====== Information shown ======

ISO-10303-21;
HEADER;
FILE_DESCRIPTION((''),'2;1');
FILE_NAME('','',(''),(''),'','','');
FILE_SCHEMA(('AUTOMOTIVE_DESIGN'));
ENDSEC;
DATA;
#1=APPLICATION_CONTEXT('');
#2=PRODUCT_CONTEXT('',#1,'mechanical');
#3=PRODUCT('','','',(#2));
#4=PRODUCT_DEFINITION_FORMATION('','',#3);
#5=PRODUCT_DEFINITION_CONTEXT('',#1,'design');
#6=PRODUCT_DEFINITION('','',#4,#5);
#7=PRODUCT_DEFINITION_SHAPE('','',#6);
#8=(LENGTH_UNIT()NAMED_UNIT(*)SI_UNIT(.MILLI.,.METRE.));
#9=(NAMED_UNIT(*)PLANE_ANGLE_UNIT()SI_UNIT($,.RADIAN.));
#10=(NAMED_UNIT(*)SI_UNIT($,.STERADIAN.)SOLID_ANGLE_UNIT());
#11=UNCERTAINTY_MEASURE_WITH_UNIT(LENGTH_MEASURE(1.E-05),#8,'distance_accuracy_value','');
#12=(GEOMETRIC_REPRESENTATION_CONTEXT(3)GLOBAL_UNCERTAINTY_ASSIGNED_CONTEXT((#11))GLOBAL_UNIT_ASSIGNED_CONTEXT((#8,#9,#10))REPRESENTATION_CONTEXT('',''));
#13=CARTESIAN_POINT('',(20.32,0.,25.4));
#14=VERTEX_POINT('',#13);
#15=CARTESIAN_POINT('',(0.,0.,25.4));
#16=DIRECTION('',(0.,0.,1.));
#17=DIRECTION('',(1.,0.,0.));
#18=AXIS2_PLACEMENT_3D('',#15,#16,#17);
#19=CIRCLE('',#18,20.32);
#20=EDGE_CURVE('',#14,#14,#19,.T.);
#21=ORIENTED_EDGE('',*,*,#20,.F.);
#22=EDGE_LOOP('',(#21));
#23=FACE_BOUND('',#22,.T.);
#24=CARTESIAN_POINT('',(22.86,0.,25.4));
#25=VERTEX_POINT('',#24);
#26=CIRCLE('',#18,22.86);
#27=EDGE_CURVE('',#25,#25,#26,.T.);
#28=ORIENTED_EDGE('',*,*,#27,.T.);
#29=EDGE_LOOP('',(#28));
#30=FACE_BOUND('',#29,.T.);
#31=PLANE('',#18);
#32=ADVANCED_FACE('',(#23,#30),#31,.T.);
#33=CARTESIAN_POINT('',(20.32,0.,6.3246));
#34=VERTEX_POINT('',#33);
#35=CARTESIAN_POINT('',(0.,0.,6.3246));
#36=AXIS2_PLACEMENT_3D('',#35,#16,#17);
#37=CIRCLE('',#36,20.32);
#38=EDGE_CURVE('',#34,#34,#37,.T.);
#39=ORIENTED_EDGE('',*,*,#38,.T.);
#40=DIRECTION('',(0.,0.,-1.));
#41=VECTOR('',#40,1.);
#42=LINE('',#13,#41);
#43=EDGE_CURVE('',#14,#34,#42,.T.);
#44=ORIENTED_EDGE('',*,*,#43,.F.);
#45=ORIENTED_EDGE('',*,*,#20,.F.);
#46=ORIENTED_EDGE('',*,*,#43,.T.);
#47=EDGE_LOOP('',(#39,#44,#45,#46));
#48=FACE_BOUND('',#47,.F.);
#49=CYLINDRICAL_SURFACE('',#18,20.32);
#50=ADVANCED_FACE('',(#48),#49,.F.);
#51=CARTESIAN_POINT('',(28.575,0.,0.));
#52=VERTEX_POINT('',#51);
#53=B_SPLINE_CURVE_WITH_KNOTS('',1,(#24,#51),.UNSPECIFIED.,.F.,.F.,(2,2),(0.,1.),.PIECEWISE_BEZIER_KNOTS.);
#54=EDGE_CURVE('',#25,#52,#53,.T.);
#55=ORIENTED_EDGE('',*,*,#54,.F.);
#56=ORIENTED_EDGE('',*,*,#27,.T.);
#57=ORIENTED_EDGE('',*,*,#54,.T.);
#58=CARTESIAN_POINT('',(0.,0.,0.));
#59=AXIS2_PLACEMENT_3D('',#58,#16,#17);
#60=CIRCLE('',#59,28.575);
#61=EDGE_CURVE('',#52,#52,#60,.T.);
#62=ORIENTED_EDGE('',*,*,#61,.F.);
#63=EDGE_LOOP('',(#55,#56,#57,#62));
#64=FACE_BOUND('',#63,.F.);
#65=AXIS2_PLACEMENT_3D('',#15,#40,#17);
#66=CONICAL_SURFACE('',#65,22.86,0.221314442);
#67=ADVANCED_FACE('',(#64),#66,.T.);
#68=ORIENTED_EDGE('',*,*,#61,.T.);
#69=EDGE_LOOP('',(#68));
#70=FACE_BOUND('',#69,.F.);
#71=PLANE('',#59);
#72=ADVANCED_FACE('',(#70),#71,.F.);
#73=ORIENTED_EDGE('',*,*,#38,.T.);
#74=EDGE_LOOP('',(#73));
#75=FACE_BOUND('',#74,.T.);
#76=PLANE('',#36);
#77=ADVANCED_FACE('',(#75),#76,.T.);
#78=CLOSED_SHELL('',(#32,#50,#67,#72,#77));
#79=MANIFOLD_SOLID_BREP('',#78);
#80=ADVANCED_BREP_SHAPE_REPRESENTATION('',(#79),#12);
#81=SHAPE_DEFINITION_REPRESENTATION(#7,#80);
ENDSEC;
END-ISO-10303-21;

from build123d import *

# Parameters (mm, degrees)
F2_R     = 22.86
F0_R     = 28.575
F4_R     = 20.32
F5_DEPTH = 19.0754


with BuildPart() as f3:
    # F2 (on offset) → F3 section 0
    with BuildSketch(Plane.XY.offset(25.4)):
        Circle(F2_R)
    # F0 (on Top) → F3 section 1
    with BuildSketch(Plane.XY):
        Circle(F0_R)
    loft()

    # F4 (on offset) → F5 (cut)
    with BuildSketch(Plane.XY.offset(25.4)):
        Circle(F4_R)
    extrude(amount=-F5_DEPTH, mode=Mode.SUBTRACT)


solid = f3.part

======
====== Information shown ======

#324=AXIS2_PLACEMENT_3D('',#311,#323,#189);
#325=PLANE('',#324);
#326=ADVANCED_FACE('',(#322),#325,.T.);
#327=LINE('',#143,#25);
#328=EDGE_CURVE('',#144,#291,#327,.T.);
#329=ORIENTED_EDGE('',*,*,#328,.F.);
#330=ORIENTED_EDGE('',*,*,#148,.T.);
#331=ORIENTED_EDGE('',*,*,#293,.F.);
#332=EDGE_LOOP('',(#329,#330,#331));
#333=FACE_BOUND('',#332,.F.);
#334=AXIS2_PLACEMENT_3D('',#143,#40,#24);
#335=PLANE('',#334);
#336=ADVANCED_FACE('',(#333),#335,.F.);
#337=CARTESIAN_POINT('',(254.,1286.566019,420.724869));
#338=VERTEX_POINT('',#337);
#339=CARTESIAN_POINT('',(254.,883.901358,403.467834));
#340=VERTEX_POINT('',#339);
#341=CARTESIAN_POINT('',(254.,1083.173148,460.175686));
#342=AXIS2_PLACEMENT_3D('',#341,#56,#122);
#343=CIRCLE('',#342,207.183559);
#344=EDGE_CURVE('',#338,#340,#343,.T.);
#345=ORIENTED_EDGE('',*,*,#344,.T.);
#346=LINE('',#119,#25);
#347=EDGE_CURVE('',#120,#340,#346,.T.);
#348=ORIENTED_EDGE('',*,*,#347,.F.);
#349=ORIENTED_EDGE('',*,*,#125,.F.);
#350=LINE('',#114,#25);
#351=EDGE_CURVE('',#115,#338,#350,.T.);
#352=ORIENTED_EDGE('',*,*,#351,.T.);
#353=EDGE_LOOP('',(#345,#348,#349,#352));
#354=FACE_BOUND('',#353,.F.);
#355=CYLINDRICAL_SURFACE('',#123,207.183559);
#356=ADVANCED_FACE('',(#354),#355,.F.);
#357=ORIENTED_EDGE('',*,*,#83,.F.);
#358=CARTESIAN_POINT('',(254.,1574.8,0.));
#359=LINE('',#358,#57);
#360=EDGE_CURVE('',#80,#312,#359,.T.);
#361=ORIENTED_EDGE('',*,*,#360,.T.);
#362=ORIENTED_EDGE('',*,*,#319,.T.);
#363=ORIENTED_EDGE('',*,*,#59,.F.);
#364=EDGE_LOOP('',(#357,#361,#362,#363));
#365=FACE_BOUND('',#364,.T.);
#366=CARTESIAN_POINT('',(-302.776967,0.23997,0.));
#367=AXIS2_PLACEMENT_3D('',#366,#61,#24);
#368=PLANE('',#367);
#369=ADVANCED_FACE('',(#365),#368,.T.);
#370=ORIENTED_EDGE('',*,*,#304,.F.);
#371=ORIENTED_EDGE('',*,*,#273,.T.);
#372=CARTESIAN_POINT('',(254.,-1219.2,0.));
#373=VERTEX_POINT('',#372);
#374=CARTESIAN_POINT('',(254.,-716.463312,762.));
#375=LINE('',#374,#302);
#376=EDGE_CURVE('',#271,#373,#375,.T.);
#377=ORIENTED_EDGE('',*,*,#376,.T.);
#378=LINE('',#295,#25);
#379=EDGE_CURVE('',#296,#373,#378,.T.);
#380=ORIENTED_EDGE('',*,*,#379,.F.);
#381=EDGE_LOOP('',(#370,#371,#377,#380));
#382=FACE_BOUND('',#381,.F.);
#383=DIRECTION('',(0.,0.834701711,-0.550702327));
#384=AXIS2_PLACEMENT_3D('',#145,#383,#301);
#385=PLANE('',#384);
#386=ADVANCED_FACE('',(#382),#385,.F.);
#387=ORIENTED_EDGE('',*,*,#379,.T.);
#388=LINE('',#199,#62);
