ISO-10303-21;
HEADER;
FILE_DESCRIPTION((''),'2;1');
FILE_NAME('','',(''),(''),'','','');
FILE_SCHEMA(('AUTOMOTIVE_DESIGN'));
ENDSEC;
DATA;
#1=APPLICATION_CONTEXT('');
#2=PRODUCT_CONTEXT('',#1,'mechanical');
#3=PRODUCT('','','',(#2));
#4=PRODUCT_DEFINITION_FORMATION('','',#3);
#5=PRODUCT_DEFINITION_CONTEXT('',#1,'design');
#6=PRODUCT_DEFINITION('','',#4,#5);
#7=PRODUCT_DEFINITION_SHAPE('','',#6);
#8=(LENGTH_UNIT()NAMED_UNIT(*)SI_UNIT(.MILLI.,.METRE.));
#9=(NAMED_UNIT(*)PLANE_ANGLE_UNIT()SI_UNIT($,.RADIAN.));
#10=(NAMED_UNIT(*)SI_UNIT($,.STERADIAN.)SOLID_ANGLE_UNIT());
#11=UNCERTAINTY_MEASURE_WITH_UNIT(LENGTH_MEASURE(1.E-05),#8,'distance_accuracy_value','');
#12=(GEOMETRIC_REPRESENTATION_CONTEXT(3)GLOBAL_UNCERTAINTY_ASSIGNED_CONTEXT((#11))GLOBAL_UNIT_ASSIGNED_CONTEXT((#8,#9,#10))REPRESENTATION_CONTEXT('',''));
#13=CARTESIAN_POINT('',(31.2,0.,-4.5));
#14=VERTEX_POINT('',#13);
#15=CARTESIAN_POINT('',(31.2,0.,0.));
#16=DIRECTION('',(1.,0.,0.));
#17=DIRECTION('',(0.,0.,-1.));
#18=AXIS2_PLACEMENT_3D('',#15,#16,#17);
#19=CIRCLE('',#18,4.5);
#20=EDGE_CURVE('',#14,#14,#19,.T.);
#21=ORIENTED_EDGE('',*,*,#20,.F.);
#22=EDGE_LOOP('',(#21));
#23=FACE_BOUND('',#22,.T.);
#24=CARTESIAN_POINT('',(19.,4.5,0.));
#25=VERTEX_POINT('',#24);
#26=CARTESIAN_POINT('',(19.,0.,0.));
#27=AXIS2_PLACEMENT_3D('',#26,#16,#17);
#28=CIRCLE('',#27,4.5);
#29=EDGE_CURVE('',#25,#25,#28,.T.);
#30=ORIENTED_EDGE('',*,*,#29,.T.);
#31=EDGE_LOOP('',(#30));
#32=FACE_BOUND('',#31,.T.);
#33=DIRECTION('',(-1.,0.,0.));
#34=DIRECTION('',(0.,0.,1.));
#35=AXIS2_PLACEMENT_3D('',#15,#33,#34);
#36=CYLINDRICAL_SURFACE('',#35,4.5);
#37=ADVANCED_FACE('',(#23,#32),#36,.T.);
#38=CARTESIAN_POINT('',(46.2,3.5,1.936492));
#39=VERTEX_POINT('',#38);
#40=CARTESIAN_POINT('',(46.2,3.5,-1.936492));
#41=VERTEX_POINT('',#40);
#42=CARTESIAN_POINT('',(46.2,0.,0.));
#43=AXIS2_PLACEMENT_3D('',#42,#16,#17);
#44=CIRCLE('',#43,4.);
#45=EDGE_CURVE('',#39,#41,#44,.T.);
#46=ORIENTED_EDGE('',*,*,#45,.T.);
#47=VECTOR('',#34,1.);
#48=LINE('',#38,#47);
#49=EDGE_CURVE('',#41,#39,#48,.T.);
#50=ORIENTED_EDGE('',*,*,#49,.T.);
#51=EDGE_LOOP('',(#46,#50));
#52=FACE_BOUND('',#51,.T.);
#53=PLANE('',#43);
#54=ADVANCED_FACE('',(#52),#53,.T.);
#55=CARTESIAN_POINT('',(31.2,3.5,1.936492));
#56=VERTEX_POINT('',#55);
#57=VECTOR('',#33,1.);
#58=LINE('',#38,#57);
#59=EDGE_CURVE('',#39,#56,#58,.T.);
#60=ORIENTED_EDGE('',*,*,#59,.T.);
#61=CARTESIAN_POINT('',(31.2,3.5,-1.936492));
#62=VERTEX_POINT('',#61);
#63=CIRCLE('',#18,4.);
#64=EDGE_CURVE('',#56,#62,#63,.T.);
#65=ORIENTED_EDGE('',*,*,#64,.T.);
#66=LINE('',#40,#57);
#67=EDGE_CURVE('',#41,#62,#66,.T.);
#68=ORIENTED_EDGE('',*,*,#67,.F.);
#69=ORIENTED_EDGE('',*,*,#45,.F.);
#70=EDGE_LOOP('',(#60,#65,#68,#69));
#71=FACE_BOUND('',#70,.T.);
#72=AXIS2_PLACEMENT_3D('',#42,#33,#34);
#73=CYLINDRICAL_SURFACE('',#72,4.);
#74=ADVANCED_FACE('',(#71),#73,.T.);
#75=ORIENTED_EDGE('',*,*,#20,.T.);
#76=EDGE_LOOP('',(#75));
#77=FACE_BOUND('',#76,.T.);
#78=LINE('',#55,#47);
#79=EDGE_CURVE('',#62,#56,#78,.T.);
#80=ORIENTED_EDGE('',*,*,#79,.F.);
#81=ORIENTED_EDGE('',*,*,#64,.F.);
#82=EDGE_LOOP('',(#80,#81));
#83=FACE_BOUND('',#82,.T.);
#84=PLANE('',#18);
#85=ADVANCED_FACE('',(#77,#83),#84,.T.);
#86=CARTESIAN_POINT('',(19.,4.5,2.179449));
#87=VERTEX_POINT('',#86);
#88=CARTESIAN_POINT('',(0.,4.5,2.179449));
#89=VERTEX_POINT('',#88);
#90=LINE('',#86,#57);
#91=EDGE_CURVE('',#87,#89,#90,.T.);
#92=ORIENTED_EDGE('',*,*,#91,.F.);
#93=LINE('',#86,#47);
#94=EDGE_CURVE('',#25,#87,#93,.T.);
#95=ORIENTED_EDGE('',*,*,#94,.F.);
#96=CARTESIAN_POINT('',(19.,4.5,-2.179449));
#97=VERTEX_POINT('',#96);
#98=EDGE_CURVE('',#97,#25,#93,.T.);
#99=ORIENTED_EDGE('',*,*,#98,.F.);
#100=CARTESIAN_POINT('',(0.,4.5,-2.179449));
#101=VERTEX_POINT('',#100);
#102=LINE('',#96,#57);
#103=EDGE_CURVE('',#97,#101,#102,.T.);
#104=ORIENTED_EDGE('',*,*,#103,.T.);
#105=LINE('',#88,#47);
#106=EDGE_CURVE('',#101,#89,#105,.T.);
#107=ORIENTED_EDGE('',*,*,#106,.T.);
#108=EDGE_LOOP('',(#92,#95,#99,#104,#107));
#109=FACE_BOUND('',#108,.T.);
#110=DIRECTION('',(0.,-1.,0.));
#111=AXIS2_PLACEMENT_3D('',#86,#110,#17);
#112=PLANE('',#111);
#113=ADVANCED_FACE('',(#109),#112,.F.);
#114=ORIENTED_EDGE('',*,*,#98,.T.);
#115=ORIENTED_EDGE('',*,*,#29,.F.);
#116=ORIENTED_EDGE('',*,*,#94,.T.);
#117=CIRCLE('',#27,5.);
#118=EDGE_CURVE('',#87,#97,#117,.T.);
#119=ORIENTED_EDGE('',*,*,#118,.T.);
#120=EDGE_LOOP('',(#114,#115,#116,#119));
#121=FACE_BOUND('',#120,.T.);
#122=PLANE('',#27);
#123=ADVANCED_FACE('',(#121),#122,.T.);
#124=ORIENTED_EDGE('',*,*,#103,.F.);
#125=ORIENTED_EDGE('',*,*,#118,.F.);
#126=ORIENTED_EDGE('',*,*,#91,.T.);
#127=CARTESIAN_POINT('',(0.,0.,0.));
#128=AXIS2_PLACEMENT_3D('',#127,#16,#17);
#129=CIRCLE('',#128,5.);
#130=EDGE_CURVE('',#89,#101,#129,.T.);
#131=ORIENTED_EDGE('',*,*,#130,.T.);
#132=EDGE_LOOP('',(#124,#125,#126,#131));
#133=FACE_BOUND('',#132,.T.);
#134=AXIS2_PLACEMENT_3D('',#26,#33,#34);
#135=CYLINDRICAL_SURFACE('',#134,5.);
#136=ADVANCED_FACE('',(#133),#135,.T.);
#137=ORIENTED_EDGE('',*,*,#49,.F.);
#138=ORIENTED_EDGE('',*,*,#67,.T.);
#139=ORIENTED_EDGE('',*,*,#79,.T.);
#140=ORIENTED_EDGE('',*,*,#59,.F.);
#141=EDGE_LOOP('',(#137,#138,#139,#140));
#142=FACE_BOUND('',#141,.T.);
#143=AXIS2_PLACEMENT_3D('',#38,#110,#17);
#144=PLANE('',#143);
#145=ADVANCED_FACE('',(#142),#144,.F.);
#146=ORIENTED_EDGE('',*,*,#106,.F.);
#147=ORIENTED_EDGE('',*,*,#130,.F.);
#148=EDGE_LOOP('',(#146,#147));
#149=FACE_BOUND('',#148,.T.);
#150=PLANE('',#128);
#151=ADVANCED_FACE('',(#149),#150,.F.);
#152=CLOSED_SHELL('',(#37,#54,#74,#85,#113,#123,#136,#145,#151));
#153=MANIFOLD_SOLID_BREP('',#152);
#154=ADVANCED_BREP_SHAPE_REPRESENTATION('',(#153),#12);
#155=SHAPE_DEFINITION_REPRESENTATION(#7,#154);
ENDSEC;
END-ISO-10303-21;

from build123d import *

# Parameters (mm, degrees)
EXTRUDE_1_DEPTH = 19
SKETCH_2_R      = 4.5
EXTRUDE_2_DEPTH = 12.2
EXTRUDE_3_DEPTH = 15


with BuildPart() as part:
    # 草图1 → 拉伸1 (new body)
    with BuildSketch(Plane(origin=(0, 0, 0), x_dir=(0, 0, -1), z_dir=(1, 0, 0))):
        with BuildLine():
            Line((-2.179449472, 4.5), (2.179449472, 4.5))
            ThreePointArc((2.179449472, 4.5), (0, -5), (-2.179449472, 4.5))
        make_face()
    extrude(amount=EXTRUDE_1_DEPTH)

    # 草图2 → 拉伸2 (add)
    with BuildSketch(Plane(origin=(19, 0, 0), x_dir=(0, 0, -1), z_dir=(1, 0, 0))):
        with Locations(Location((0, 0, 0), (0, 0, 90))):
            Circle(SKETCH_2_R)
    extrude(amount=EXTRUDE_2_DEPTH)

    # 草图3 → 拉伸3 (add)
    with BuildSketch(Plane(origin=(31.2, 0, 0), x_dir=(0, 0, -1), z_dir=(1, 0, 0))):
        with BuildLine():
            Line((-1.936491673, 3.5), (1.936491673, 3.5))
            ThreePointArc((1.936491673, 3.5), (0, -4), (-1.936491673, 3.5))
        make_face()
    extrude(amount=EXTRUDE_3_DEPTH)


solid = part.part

======

**Action item:** All lines in the data above from the one with "#130=EDGE_CURVE('',#89,#101,#129,.T.);" through the one with "#136=ADVANCED_FACE('',(#133),#135,.T.);" must be repeated exactly, and no others.

**Your solution:**
#130=EDGE_CURVE('',#89,#101,#129,.T.);
#131=ORIENTED_EDGE('',*,*,#130,.T.);
#132=EDGE_LOOP('',(#124,#125,#126,#131));
#133=FACE_BOUND('',#132,.T.);
#134=AXIS2_PLACEMENT_3D('',#26,#33,#34);
#135=CYLINDRICAL_SURFACE('',#134,5.);
#136=ADVANCED_FACE('',(#133),#135,.T.);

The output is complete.